Instructions to follow
In the reply, include exactly the lines of the entries below from the first to the line with "v 24.416 -5.374 0", that line included.

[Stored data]
************
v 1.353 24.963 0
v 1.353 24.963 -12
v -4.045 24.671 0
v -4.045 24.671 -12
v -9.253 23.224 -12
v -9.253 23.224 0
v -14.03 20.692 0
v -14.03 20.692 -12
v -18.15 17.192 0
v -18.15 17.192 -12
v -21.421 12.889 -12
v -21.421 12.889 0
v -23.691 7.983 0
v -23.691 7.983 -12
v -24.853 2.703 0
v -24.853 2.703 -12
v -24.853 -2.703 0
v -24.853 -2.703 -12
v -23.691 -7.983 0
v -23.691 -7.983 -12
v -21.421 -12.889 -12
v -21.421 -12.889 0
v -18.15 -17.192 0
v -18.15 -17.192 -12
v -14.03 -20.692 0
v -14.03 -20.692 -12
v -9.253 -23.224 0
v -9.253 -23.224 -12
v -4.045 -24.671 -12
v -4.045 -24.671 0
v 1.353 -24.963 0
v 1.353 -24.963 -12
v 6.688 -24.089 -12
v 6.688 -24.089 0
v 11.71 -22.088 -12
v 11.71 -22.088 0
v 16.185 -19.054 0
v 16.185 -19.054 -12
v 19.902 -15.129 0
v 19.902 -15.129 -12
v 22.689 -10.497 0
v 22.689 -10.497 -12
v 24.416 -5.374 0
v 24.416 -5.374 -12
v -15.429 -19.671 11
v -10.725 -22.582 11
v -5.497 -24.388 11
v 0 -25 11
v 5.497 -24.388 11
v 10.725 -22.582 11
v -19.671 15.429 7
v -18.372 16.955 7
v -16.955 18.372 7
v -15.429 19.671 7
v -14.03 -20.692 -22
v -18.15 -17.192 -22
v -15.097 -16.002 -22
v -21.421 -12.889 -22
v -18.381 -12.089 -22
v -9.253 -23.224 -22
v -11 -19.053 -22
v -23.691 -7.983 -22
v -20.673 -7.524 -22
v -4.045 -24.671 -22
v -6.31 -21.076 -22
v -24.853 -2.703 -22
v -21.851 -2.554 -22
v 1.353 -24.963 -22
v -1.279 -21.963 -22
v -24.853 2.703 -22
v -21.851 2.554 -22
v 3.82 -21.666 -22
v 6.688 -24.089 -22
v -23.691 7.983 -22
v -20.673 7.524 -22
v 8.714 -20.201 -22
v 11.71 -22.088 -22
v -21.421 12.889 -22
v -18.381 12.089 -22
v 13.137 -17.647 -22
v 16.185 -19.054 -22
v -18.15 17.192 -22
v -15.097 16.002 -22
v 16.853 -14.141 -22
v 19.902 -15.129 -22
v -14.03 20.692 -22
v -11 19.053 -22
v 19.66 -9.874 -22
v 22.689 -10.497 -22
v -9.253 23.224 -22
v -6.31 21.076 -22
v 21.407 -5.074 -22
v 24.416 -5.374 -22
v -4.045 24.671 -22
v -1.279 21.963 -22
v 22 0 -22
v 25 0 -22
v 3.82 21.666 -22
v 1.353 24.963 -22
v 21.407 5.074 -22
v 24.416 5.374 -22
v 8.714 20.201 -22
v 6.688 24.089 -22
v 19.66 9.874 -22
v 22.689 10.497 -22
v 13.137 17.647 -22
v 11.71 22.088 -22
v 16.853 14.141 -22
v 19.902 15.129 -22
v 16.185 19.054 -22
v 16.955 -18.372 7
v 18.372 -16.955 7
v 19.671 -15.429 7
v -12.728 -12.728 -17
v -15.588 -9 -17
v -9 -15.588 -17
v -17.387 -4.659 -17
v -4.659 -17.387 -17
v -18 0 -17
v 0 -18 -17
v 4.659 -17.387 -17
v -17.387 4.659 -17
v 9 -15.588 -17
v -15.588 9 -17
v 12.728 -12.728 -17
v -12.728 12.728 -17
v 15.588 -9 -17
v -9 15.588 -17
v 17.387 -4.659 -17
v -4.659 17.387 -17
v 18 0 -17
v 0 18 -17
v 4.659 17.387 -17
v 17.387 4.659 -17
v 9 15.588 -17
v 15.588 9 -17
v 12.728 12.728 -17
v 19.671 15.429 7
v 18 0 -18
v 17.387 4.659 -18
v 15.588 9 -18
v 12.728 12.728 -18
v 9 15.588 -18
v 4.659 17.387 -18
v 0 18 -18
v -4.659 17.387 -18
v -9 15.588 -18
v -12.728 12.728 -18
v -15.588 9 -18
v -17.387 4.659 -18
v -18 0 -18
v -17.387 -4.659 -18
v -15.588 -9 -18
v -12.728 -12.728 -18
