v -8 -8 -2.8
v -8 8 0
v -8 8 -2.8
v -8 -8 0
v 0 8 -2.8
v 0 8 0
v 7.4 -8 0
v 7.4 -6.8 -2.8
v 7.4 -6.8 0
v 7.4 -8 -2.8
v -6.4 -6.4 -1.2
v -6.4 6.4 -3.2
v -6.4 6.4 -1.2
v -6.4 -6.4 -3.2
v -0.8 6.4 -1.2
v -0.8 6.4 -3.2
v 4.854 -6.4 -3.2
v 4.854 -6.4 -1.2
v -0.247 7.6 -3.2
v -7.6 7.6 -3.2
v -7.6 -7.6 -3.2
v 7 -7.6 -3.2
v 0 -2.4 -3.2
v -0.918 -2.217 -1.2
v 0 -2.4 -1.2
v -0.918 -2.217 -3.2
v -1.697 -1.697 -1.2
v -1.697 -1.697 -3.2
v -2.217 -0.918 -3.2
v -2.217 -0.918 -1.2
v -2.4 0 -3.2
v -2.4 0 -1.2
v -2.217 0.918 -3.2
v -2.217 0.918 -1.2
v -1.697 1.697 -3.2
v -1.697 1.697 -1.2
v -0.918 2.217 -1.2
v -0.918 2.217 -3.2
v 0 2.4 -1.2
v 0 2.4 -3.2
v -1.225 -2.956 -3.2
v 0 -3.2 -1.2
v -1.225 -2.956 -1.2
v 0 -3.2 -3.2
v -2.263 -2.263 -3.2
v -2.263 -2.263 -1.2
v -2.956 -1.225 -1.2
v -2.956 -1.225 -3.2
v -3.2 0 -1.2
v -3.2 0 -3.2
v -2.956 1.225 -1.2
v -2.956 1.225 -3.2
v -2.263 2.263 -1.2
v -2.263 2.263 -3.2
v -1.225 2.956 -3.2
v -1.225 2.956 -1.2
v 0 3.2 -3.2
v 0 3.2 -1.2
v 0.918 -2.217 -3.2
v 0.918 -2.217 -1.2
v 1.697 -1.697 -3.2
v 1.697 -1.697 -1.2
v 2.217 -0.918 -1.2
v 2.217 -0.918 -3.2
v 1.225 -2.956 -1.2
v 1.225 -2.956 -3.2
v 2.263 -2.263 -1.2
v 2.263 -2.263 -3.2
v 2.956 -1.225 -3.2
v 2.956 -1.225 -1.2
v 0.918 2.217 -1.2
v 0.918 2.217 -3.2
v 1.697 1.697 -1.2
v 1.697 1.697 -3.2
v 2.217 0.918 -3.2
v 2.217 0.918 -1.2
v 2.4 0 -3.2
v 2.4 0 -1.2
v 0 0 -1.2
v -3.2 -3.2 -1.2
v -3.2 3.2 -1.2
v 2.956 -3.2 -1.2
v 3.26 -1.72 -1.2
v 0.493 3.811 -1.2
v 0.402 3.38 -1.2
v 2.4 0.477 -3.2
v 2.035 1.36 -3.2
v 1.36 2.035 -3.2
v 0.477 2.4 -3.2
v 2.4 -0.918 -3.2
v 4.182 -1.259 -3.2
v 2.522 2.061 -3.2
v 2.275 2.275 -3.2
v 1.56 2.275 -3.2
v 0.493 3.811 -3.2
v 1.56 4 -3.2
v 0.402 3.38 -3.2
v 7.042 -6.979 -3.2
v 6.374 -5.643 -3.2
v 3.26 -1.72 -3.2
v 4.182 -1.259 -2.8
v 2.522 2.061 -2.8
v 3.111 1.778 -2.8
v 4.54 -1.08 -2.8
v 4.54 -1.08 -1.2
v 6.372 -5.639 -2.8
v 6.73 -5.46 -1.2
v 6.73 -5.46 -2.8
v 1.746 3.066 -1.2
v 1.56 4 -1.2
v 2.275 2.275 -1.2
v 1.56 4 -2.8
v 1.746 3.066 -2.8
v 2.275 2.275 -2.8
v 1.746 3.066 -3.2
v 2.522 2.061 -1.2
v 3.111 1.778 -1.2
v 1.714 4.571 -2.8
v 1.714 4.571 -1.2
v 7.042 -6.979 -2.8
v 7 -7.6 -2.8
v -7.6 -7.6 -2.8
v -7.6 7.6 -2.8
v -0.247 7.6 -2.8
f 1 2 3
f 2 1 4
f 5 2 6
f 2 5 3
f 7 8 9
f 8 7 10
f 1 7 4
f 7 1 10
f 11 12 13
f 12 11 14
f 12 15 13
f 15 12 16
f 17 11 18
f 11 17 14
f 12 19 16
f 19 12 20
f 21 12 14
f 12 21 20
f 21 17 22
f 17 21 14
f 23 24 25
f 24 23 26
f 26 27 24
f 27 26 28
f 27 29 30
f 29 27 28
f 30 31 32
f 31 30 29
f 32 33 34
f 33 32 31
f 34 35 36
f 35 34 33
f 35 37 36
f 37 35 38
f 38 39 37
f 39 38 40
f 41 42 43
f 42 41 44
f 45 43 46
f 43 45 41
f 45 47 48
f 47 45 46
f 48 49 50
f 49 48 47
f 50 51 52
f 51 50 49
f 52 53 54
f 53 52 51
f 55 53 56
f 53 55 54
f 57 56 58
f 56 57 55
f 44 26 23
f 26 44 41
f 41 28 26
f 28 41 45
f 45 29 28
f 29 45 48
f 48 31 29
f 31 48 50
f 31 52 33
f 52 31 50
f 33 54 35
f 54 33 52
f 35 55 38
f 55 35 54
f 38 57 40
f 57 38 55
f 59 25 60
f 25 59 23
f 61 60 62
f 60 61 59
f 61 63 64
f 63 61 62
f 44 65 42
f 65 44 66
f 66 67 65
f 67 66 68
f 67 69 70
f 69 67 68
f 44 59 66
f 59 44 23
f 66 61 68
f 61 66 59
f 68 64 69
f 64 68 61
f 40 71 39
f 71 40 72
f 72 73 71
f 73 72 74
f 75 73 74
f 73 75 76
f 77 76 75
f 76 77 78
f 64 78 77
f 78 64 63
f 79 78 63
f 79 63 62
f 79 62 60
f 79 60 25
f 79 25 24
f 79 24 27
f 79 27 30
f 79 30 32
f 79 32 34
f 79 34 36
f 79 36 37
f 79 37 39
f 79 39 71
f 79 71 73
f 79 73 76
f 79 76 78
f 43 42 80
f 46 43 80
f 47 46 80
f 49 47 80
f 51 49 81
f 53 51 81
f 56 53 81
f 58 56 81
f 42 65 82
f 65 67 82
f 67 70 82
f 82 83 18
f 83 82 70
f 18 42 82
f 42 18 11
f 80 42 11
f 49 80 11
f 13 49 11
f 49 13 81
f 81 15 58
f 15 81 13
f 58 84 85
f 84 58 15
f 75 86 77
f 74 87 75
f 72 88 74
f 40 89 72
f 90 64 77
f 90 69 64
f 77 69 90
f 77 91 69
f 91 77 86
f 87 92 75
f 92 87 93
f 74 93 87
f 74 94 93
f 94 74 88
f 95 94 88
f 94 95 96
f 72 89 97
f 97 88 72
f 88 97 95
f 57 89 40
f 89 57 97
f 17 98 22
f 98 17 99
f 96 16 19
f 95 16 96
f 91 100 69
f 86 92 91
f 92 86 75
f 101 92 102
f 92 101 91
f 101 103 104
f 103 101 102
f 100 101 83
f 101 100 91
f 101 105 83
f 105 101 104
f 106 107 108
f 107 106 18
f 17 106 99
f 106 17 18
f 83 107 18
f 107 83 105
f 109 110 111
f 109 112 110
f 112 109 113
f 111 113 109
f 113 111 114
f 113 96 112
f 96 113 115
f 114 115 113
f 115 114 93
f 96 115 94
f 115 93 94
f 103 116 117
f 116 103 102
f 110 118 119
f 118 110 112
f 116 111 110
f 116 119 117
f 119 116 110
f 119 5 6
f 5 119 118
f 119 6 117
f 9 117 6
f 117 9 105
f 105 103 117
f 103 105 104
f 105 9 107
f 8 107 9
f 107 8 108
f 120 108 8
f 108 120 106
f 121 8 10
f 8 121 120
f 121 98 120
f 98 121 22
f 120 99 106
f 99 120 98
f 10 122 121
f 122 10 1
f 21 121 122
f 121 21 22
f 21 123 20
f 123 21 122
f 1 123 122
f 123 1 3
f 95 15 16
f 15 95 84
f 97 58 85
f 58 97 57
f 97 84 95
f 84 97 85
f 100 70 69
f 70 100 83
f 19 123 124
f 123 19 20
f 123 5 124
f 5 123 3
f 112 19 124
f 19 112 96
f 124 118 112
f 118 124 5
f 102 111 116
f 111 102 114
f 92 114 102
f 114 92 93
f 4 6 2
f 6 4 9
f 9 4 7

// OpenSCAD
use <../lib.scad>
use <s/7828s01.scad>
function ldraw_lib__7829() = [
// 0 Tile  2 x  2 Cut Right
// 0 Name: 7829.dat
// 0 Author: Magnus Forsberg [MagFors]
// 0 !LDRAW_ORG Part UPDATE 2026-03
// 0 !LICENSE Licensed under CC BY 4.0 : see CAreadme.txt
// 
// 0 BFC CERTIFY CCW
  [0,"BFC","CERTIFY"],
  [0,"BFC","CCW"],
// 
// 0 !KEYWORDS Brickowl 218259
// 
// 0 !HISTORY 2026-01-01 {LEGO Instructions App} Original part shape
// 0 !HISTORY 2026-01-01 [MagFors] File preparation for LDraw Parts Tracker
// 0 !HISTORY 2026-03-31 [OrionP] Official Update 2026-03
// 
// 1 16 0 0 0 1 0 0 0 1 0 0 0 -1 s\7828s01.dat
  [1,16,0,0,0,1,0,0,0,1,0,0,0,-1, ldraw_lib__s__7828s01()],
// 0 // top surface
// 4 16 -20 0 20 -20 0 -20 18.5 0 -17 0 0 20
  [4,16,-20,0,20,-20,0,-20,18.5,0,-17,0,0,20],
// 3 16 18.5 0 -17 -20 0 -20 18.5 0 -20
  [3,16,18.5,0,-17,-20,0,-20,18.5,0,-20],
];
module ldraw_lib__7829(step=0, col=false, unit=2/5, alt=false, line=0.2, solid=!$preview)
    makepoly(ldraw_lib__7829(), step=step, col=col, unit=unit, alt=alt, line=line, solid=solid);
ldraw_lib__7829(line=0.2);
************
Result of this exercise
v 1.353 24.963 0
v 1.353 24.963 -12
v -4.045 24.671 0
v -4.045 24.671 -12
v -9.253 23.224 -12
v -9.253 23.224 0
v -14.03 20.692 0
v -14.03 20.692 -12
v -18.15 17.192 0
v -18.15 17.192 -12
v -21.421 12.889 -12
v -21.421 12.889 0
v -23.691 7.983 0
v -23.691 7.983 -12
v -24.853 2.703 0
v -24.853 2.703 -12
v -24.853 -2.703 0
v -24.853 -2.703 -12
v -23.691 -7.983 0
v -23.691 -7.983 -12
v -21.421 -12.889 -12
v -21.421 -12.889 0
v -18.15 -17.192 0
v -18.15 -17.192 -12
v -14.03 -20.692 0
v -14.03 -20.692 -12
v -9.253 -23.224 0
v -9.253 -23.224 -12
v -4.045 -24.671 -12
v -4.045 -24.671 0
v 1.353 -24.963 0
v 1.353 -24.963 -12
v 6.688 -24.089 -12
v 6.688 -24.089 0
v 11.71 -22.088 -12
v 11.71 -22.088 0
v 16.185 -19.054 0
v 16.185 -19.054 -12
v 19.902 -15.129 0
v 19.902 -15.129 -12
v 22.689 -10.497 0
v 22.689 -10.497 -12
v 24.416 -5.374 0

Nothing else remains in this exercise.